Starostina Ekaterina V, Sharabrin Sergei V, Antropov Denis N, Stepanov Grigory A, Shevelev Georgiy Yu, Lemza Anna E, Rudometov Andrey P, Borgoyakova Mariya B, Rudometova Nadezhda B, Marchenko Vasiliy Yu, Danilchenko Natalia V, Chikaev Anton N, Bazhan Sergei I, Ilyichev Alexander A, Karpenko Larisa I
State Research Center of Virology and Biotechnology "Vector", Koltsovo, 630559 Novosibirsk, Russia.

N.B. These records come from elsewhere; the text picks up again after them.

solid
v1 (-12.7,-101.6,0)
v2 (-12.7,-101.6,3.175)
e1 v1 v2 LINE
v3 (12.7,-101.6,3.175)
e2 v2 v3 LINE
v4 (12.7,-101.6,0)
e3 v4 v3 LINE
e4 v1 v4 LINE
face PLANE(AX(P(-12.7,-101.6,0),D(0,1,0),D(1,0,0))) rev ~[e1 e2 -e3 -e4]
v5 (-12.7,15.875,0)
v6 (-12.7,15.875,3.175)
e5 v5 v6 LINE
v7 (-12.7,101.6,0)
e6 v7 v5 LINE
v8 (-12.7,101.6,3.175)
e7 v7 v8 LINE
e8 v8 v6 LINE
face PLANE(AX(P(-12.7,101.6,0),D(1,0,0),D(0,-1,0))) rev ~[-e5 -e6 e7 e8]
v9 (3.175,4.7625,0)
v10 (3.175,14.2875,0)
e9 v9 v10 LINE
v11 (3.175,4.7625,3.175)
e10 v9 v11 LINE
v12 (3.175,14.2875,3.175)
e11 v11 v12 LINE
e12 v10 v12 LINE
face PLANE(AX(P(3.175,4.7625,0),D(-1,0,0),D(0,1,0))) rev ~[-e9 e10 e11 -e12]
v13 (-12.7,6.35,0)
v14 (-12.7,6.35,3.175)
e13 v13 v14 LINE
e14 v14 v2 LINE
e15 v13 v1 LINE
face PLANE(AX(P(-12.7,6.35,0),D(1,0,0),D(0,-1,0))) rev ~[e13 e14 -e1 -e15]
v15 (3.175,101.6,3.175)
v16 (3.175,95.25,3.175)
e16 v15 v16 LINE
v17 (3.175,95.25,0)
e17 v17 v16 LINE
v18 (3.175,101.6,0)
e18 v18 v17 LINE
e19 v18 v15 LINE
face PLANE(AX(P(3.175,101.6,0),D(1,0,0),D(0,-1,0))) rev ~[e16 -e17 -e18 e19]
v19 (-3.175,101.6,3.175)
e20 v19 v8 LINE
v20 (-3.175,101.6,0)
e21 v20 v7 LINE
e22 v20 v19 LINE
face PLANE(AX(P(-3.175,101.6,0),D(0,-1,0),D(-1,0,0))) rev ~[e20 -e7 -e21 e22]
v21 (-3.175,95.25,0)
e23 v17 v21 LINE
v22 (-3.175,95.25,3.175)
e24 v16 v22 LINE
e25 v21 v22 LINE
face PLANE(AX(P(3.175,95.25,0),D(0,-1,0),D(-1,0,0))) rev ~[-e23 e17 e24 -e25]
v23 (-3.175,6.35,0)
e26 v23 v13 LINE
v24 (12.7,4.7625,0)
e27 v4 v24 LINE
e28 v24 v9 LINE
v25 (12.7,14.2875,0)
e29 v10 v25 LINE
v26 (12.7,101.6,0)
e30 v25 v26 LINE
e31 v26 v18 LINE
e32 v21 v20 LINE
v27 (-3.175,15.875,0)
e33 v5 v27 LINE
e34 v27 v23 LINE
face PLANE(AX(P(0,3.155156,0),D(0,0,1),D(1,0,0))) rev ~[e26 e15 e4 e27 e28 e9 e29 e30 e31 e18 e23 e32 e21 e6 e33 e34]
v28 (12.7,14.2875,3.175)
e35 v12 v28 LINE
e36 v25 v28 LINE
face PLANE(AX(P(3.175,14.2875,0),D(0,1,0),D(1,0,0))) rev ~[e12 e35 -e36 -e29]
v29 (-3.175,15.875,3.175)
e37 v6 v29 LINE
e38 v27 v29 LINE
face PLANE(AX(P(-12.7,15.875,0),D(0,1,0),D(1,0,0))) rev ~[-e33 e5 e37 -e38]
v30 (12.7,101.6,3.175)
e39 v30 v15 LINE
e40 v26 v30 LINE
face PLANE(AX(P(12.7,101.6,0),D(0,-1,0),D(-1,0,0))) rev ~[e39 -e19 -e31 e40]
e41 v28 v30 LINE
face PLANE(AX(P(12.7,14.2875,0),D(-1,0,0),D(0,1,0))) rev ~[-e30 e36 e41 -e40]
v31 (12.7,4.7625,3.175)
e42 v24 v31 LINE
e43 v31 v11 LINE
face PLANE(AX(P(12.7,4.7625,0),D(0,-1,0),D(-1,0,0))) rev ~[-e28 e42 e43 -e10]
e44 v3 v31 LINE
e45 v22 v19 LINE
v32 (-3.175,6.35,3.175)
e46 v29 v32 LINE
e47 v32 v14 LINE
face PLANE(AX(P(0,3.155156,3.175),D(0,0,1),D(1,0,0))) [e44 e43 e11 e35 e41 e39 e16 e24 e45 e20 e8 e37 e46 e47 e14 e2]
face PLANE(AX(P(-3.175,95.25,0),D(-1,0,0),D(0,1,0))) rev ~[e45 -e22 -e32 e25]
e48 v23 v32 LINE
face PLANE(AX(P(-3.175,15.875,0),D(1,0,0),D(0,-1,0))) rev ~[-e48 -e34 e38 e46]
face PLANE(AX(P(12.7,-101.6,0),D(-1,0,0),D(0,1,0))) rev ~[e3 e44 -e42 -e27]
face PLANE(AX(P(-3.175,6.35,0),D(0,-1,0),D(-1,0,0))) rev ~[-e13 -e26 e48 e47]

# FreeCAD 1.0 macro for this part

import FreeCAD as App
import Part
import Sketcher

V = App.Vector
Q = App.Units.Quantity

doc = App.newDocument("Part")
body = doc.addObject("PartDesign::Body", "Body")

# Sketch on XY plane
sketch1 = body.newObject("Sketcher::SketchObject", "Sketch")
sketch1.AttachmentSupport = (doc.getObject("XY_Plane"), [""])
sketch1.MapMode = "FlatFace"
sketch1.addGeometry(Part.LineSegment(V(-13, 6, 0), V(-13, -102, 0)), False)
sketch1.addGeometry(Part.LineSegment(V(-13, -102, 0), V(13, -102, 0)), False)
sketch1.addGeometry(Part.LineSegment(V(13, -102, 0), V(13, 5, 0)), False)
sketch1.addGeometry(Part.LineSegment(V(13, 5, 0), V(3, 5, 0)), False)
sketch1.addGeometry(Part.LineSegment(V(3, 5, 0), V(3, 14, 0)), False)
sketch1.addGeometry(Part.LineSegment(V(3, 14, 0), V(13, 14, 0)), False)
sketch1.addGeometry(Part.LineSegment(V(13, 14, 0), V(13, 102, 0)), False)
sketch1.addGeometry(Part.LineSegment(V(13, 102, 0), V(3, 102, 0)), False)
sketch1.addGeometry(Part.LineSegment(V(3, 102, 0), V(3, 95, 0)), False)
sketch1.addGeometry(Part.LineSegment(V(3, 95, 0), V(-3, 95, 0)), False)
sketch1.addGeometry(Part.LineSegment(V(-3, 95, 0), V(-3, 102, 0)), False)
sketch1.addGeometry(Part.LineSegment(V(-3, 102, 0), V(-13, 102, 0)), False)
sketch1.addGeometry(Part.LineSegment(V(-13, 102, 0), V(-13, 16, 0)), False)
sketch1.addGeometry(Part.LineSegment(V(-13, 16, 0), V(-3, 16, 0)), False)
sketch1.addGeometry(Part.LineSegment(V(-3, 16, 0), V(-3, 6, 0)), False)
sketch1.addGeometry(Part.LineSegment(V(-3, 6, 0), V(-13, 6, 0)), False)
sketch1.addConstraint(Sketcher.Constraint("Coincident", 0, 2, 1, 1))
sketch1.addConstraint(Sketcher.Constraint("Coincident", 1, 2, 2, 1))
sketch1.addConstraint(Sketcher.Constraint("Coincident", 2, 2, 3, 1))
sketch1.addConstraint(Sketcher.Constraint("Coincident", 3, 2, 4, 1))
sketch1.addConstraint(Sketcher.Constraint("Coincident", 4, 2, 5, 1))
sketch1.addConstraint(Sketcher.Constraint("Coincident", 5, 2, 6, 1))
sketch1.addConstraint(Sketcher.Constraint("Coincident", 6, 2, 7, 1))
sketch1.addConstraint(Sketcher.Constraint("Coincident", 7, 2, 8, 1))
sketch1.addConstraint(Sketcher.Constraint("Coincident", 8, 2, 9, 1))
sketch1.addConstraint(Sketcher.Constraint("Coincident", 9, 2, 10, 1))
sketch1.addConstraint(Sketcher.Constraint("Coincident", 10, 2, 11, 1))
sketch1.addConstraint(Sketcher.Constraint("Coincident", 11, 2, 12, 1))
sketch1.addConstraint(Sketcher.Constraint("Coincident", 12, 2, 13, 1))
sketch1.addConstraint(Sketcher.Constraint("Coincident", 13, 2, 14, 1))
sketch1.addConstraint(Sketcher.Constraint("Coincident", 14, 2, 15, 1))
sketch1.addConstraint(Sketcher.Constraint("Coincident", 15, 2, 0, 1))
sketch1.addConstraint(Sketcher.Constraint("Vertical", 0))
sketch1.addConstraint(Sketcher.Constraint("Horizontal", 1))
sketch1.addConstraint(Sketcher.Constraint("Vertical", 2))
sketch1.addConstraint(Sketcher.Constraint("Horizontal", 3))
sketch1.addConstraint(Sketcher.Constraint("Vertical", 4))
sketch1.addConstraint(Sketcher.Constraint("Horizontal", 5))
sketch1.addConstraint(Sketcher.Constraint("Vertical", 6))
sketch1.addConstraint(Sketcher.Constraint("Horizontal", 7))
sketch1.addConstraint(Sketcher.Constraint("Vertical", 8))
sketch1.addConstraint(Sketcher.Constraint("Horizontal", 9))
sketch1.addConstraint(Sketcher.Constraint("Vertical", 10))
sketch1.addConstraint(Sketcher.Constraint("Horizontal", 11))
sketch1.addConstraint(Sketcher.Constraint("Vertical", 12))
sketch1.addConstraint(Sketcher.Constraint("Horizontal", 13))
sketch1.addConstraint(Sketcher.Constraint("Vertical", 14))
sketch1.addConstraint(Sketcher.Constraint("Horizontal", 15))
sketch1.addConstraint(Sketcher.Constraint("Symmetric", 0, 2, 6, 2, -1, 1))
sketch1.addConstraint(Sketcher.Constraint("Symmetric", 1, 2, 11, 2, -1, 1))
sketch1.addConstraint(Sketcher.Constraint("Vertical", 2, 2, 5, 2))
sketch1.addConstraint(Sketcher.Constraint("Vertical", 4, 2, 7, 2))
sketch1.addConstraint(Sketcher.Constraint("Vertical", 10, 2, 13, 2))
sketch1.addConstraint(Sketcher.Constraint("Equal", 7, 11))
sketch1.addConstraint(Sketcher.Constraint("Equal", 15, 4))
sketch1.addConstraint(Sketcher.Constraint("Equal", 9, 8))
sketch1.addConstraint(Sketcher.Constraint("Equal", 4, 14))
sketch1.addConstraint(Sketcher.Constraint("DistanceX", 1, 1, 1, 2, Q("1 in")))
sketch1.addConstraint(Sketcher.Constraint("DistanceY", 0, 2, -1, 1, Q("4 in")))
sketch1.addConstraint(Sketcher.Constraint("DistanceX", 9, 2, 9, 1, Q("0.25 in")))
sketch1.addConstraint(Sketcher.Constraint("DistanceY", 0, 2, 0, 1, Q("4.25 in")))
sketch1.addConstraint(Sketcher.Constraint("DistanceY", 2, 1, 2, 2, Q("4.1875 in")))
pad1 = body.newObject("PartDesign::Pad", "Pad")
pad1.Profile = sketch1
pad1.Length = Q("0.125 in")

doc.recompute()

Institute of Chemical Biology and Fundamental Medicine, Siberian Branch of the Russian Academy of Sciences, 630090 Novosibirsk, Russia.

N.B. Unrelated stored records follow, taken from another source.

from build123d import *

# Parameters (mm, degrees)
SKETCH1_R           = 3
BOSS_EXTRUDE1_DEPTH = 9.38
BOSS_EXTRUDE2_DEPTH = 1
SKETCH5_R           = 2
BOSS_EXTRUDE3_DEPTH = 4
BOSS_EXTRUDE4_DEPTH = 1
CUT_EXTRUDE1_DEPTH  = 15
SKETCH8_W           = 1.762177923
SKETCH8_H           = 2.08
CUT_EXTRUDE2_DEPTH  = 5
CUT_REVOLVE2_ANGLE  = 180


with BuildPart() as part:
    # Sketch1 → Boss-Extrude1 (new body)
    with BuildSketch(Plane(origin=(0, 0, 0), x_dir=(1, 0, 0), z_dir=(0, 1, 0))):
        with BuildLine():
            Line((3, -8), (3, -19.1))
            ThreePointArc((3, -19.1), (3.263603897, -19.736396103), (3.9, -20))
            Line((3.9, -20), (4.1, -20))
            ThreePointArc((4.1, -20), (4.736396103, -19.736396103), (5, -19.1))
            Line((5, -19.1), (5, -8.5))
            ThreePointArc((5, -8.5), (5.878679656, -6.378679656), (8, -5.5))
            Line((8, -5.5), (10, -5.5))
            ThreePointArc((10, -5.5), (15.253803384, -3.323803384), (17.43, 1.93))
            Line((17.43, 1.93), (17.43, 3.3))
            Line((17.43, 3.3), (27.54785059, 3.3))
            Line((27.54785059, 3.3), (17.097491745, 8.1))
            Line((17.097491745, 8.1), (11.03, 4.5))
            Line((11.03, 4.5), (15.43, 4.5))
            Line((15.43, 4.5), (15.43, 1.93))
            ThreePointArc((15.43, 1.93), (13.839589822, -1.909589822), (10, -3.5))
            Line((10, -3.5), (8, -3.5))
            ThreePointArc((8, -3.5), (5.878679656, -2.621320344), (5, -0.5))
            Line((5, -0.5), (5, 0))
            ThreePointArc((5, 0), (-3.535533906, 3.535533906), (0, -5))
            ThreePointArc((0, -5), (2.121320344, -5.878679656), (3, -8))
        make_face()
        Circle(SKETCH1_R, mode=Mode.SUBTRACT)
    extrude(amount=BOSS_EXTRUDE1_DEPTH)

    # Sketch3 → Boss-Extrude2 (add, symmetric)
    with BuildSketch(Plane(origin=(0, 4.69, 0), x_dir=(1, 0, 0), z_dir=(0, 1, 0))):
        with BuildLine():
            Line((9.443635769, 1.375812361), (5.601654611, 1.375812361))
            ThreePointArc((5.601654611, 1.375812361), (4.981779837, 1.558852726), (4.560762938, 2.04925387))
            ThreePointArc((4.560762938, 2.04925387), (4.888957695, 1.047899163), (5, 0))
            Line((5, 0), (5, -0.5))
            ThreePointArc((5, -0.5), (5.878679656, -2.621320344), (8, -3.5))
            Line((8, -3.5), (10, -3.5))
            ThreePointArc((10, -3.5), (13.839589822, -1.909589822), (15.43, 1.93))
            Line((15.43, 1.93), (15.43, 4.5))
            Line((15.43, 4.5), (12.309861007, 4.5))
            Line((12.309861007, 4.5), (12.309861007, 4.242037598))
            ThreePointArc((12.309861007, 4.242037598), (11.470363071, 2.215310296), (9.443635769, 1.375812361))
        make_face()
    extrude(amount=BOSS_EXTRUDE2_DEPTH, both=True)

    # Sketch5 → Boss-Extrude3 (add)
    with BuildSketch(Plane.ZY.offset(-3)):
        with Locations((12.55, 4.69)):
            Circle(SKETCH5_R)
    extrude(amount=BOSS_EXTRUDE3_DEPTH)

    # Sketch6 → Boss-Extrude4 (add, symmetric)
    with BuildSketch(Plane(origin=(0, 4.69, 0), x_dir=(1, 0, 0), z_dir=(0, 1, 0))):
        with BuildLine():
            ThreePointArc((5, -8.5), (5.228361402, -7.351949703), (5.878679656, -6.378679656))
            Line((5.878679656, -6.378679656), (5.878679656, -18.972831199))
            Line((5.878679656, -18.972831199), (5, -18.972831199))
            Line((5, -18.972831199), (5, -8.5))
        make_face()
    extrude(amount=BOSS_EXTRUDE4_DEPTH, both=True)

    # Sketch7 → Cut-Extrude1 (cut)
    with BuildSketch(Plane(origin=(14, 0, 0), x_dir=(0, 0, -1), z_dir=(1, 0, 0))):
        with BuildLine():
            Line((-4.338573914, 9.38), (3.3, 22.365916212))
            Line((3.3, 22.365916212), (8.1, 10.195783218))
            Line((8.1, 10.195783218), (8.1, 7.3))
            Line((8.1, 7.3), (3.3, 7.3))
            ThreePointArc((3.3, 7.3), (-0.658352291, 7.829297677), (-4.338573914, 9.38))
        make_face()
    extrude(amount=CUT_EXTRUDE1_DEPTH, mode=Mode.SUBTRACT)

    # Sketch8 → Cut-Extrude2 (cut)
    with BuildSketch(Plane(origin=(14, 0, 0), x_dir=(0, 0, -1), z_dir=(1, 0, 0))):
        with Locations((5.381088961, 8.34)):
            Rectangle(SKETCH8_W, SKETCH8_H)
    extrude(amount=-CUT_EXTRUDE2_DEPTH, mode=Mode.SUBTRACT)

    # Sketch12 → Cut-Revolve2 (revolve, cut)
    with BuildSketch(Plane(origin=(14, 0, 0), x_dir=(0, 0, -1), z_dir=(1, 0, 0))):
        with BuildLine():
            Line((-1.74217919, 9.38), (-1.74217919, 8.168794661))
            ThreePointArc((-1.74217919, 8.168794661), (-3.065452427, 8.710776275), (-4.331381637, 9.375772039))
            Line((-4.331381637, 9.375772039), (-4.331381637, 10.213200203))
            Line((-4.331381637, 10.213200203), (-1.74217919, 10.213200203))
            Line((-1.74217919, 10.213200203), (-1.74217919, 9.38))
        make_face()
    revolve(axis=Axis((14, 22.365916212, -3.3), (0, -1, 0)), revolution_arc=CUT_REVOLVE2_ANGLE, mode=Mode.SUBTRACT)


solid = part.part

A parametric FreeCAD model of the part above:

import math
import FreeCAD as App
import Part
import Sketcher
Q = App.Units.Quantity

doc = App.newDocument("Part")
body = doc.addObject("PartDesign::Body", "Body")

# Sketch on XZ plane
sketch1 = body.newObject("Sketcher::SketchObject", "Sketch")
sketch1.AttachmentSupport = (doc.getObject("XZ_Plane"), [""])
sketch1.MapMode = "FlatFace"
sketch1.addGeometry([
    Part.LineSegment(App.Vector(3, 8, 0), App.Vector(3, 19.1, 0)),  # 0
    Part.ArcOfCircle(Part.Circle(App.Vector(3.9, 19.1, 0), App.Vector(0, 0, 1), 0.9), math.radians(90), math.radians(180)),  # 1
    Part.LineSegment(App.Vector(3.9, 20, 0), App.Vector(4.1, 20, 0)),  # 2
    Part.ArcOfCircle(Part.Circle(App.Vector(4.1, 19.1, 0), App.Vector(0, 0, 1), 0.9), math.radians(0), math.radians(90)),  # 3
    Part.LineSegment(App.Vector(5, 19.1, 0), App.Vector(5, 8.5, 0)),  # 4
    Part.ArcOfCircle(Part.Circle(App.Vector(8, 8.5, 0), App.Vector(0, 0, 1), 3), math.radians(180), math.radians(270)),  # 5
    Part.LineSegment(App.Vector(8, 5.5, 0), App.Vector(10, 5.5, 0)),  # 6
    Part.ArcOfCircle(Part.Circle(App.Vector(10, -1.93, 0), App.Vector(0, 0, 1), 7.43), math.radians(0), math.radians(90)),  # 7
    Part.LineSegment(App.Vector(17.43, -1.93, 0), App.Vector(17.43, -3.3, 0)),  # 8
    Part.LineSegment(App.Vector(17.43, -3.3, 0), App.Vector(27.55, -3.3, 0)),  # 9
    Part.LineSegment(App.Vector(27.55, -3.3, 0), App.Vector(17.1, -8.1, 0)),  # 10
    Part.LineSegment(App.Vector(17.1, -8.1, 0), App.Vector(11.03, -4.5, 0)),  # 11
    Part.LineSegment(App.Vector(11.03, -4.5, 0), App.Vector(15.43, -4.5, 0)),  # 12
    Part.LineSegment(App.Vector(15.43, -4.5, 0), App.Vector(15.43, -1.93, 0)),  # 13
    Part.ArcOfCircle(Part.Circle(App.Vector(10, -1.93, 0), App.Vector(0, 0, 1), 5.43), math.radians(0), math.radians(90)),  # 14
    Part.LineSegment(App.Vector(10, 3.5, 0), App.Vector(8, 3.5, 0)),  # 15
    Part.ArcOfCircle(Part.Circle(App.Vector(8, 0.5, 0), App.Vector(0, 0, 1), 3), math.radians(90), math.radians(180)),  # 16
    Part.LineSegment(App.Vector(5, 0.5, 0), App.Vector(5, 0, 0)),  # 17
    Part.ArcOfCircle(Part.Circle(App.Vector(0, 0, 0), App.Vector(0, 0, 1), 5), math.radians(90), math.radians(360)),  # 18
    Part.ArcOfCircle(Part.Circle(App.Vector(0, 8, 0), App.Vector(0, 0, 1), 3), math.radians(-90), math.radians(0)),  # 19
    Part.Circle(App.Vector(0, 0, 0), App.Vector(0, 0, 1), 3),  # 20
], False)
sketch1.addConstraint([
    Sketcher.Constraint("Tangent", 0, 2, 1, 2),
    Sketcher.Constraint("Tangent", 1, 1, 2, 1),
    Sketcher.Constraint("Tangent", 2, 2, 3, 2),
    Sketcher.Constraint("Tangent", 3, 1, 4, 1),
    Sketcher.Constraint("Tangent", 4, 2, 5, 1),
    Sketcher.Constraint("Tangent", 5, 2, 6, 1),
    Sketcher.Constraint("Tangent", 6, 2, 7, 2),
    Sketcher.Constraint("Tangent", 7, 1, 8, 1),
    Sketcher.Constraint("Coincident", 8, 2, 9, 1),
    Sketcher.Constraint("Coincident", 9, 2, 10, 1),
    Sketcher.Constraint("Coincident", 10, 2, 11, 1),
    Sketcher.Constraint("Coincident", 11, 2, 12, 1),
    Sketcher.Constraint("Coincident", 12, 2, 13, 1),
    Sketcher.Constraint("Tangent", 13, 2, 14, 1),
    Sketcher.Constraint("Tangent", 14, 2, 15, 1),
    Sketcher.Constraint("Tangent", 15, 2, 16, 1),
    Sketcher.Constraint("Tangent", 16, 2, 17, 1),
    Sketcher.Constraint("Tangent", 17, 2, 18, 2),
    Sketcher.Constraint("Tangent", 18, 1, 19, 1),
    Sketcher.Constraint("Tangent", 19, 2, 0, 1),
    Sketcher.Constraint("Vertical", 0),
    Sketcher.Constraint("Horizontal", 2),
    Sketcher.Constraint("Vertical", 4),
    Sketcher.Constraint("Horizontal", 6),
    Sketcher.Constraint("Vertical", 8),
    Sketcher.Constraint("Horizontal", 9),
    Sketcher.Constraint("Horizontal", 12),
    Sketcher.Constraint("Vertical", 13),
    Sketcher.Constraint("Horizontal", 15),
    Sketcher.Constraint("Vertical", 17),
    Sketcher.Constraint("Coincident", 18, 3, -1, 1),
    Sketcher.Constraint("Coincident", 20, 3, -1, 1),
    Sketcher.Constraint("Coincident", 14, 3, 7, 3),
    Sketcher.Constraint("Equal", 1, 3),
    Sketcher.Constraint("Equal", 5, 16),
    Sketcher.Constraint("Equal", 16, 19),
    Sketcher.Constraint("Equal", 19, 20),
    Sketcher.Constraint("PointOnObject", 19, 3, -2),
    Sketcher.Constraint("Vertical", 5, 3, 16, 3),
    Sketcher.Constraint("Diameter", 20, Q("6 mm")),
    Sketcher.Constraint("Radius", 18, Q("5 mm")),
    Sketcher.Constraint("Radius", 1, Q("0.9 mm")),
    Sketcher.Constraint("DistanceX", 6, 1, 6, 2, Q("2 mm")),
    Sketcher.Constraint("Radius", 7, Q("7.43 mm")),
    Sketcher.Constraint("Radius", 14, Q("5.43 mm")),
    Sketcher.Constraint("DistanceX", 12, 1, 12, 2, Q("4.4 mm")),
    Sketcher.Constraint("DistanceY", 0, 1, 0, 2, Q("11.1 mm")),
    Sketcher.Constraint("DistanceY", 4, 2, 4, 1, Q("10.6 mm")),
    Sketcher.Constraint("DistanceY", 11, 2, 16, 3, Q("5 mm")),
    Sketcher.Constraint("Distance", 10, Q("11.5 mm")),
    Sketcher.Constraint("DistanceY", 8, 2, 8, 1, Q("1.37 mm")),
    Sketcher.Constraint("DistanceY", 10, 2, -1, 1, Q("8.1 mm")),
    Sketcher.Constraint("Distance", 11, Q("7.055101 mm")),
])
pad1 = body.newObject("PartDesign::Pad", "Pad")
pad1.Profile = sketch1
pad1.Length = 9.38
pad1.Reversed = True

# Sketch on XZ plane
sketch2 = body.newObject("Sketcher::SketchObject", "Sketch001")
sketch2.AttachmentSupport = (doc.getObject("XZ_Plane"), [""])
sketch2.MapMode = "FlatFace"
sketch2.AttachmentOffset = App.Placement(App.Vector(0, 0, -4.69), App.Rotation())
sketch2.addGeometry([
    Part.LineSegment(App.Vector(9.44, -1.38, 0), App.Vector(5.6, -1.38, 0)),  # 0
    Part.ArcOfCircle(Part.Circle(App.Vector(5.6, -2.52, 0), App.Vector(0, 0, 1), 1.14), math.radians(90), math.radians(156)),  # 1
    Part.ArcOfCircle(Part.Circle(App.Vector(0, 0, 0), App.Vector(0, 0, 1), 5), math.radians(-24), math.radians(0)),  # 2
    Part.LineSegment(App.Vector(5, 0, 0), App.Vector(5, 0.5, 0)),  # 3
    Part.ArcOfCircle(Part.Circle(App.Vector(8, 0.5, 0), App.Vector(0, 0, 1), 3), math.radians(90), math.radians(180)),  # 4
    Part.LineSegment(App.Vector(8, 3.5, 0), App.Vector(10, 3.5, 0)),  # 5
    Part.ArcOfCircle(Part.Circle(App.Vector(10, -1.93, 0), App.Vector(0, 0, 1), 5.43), math.radians(0), math.radians(90)),  # 6
    Part.LineSegment(App.Vector(15.43, -1.93, 0), App.Vector(15.43, -4.5, 0)),  # 7
    Part.LineSegment(App.Vector(15.43, -4.5, 0), App.Vector(12.31, -4.5, 0)),  # 8
    Part.LineSegment(App.Vector(12.31, -4.5, 0), App.Vector(12.31, -4.24, 0)),  # 9
    Part.ArcOfCircle(Part.Circle(App.Vector(9.44, -4.24, 0), App.Vector(0, 0, 1), 2.87), math.radians(0), math.radians(90)),  # 10
], False)
sketch2.addConstraint([
    Sketcher.Constraint("Tangent", 0, 2, 1, 1),
    Sketcher.Constraint("Tangent", 1, 2, 2, 1),
    Sketcher.Constraint("Tangent", 2, 2, 3, 1),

Vaccines (Basel). 2021 May 3;9(5):452. doi: 10.3390/vaccines9050452.
Nucleic acid-based influenza vaccines are a promising platform that have recently and rapidly developed. We previously demonstrated the immunogenicity of DNA vaccines encoding artificial immunogens AgH1, AgH3, and AgM2, which contained conserved fragments of the hemagglutinin stem of two subtypes of influenza A-H1N1 and H3N2-and conserved protein M2. Thus, the aim of this study was to design and characterize modified mRNA obtained using the above plasmid DNA vaccines as a template. To select the most promising protocol for creating highly immunogenic mRNA vaccines, we performed a comparative analysis of mRNA modifications aimed at increasing its translational activity and decreasing toxicity. We used mRNA encoding a green fluorescent protein (GFP) as a model. Eight mRNA-GFP variants with different modifications (M0-M7) were obtained using the classic cap(1), its chemical analog ARCA (anti-reverse cap analog), pseudouridine (Ψ), N6-methyladenosine (m6A), and 5-methylcytosine (m5C) in different ratios. Modifications M2, M6, and M7, which provided the most intensive fluorescence of transfected HEK293FT cells were used for template synthesis when mRNA encoded influenza immunogens AgH1, AgH3, and AgM2. Virus specific antibodies were registered in groups of animals immunized with a mix of mRNAs encoding AgH1, AgH3, and AgM2, which contained either ARCA (with inclusions of 100% Ψ and 20% m6A (M6)) or a classic cap(1) (with 100% substitution of U with Ψ (M7)). M6 modification was the least toxic when compared with other mRNA variants. M6 and M7 RNA modifications can therefore be considered as promising protocols for designing mRNA vaccines.
基于核酸的流感疫苗是一个很有前景的平台,近年来发展迅速。我们之前证明了编码人工免疫原AgH1、AgH3和AgM2的DNA疫苗的免疫原性,这些免疫原包含甲型流感病毒H1N1和H3N2两个亚型血凝素茎的保守片段以及保守蛋白M2。因此,本研究的目的是设计并表征以上述质粒DNA疫苗为模板获得的修饰mRNA。为了选择最有前景的方案来制备高免疫原性的mRNA疫苗,我们对旨在提高其翻译活性和降低毒性的mRNA修饰进行了比较分析。我们使用编码绿色荧光蛋白(GFP)的mRNA作为模型。使用经典帽结构(1)、其化学类似物ARCA(抗反向帽类似物)、假尿苷(Ψ)、N6-甲基腺苷(m6A)和5-甲基胞嘧啶(m5C)以不同比例获得了八个具有不同修饰(M0-M7)的mRNA-GFP变体。当mRNA编码流感免疫原AgH1、AgH3和AgM2时,将在转染的HEK293FT细胞中产生最强荧光的修饰M2、M6和M7用于模板合成。在用编码AgH1、AgH3和AgM2的mRNA混合物免疫的动物组中检测到了病毒特异性抗体,这些mRNA混合物要么含有ARCA(包含100%的Ψ和20%的m6A(M6)),要么含有经典帽结构(1)(U被Ψ 100%取代(M7))。与其他mRNA变体相比,M6修饰的毒性最小。因此,M6和M7 RNA修饰可被视为设计mRNA疫苗的有前景的方案。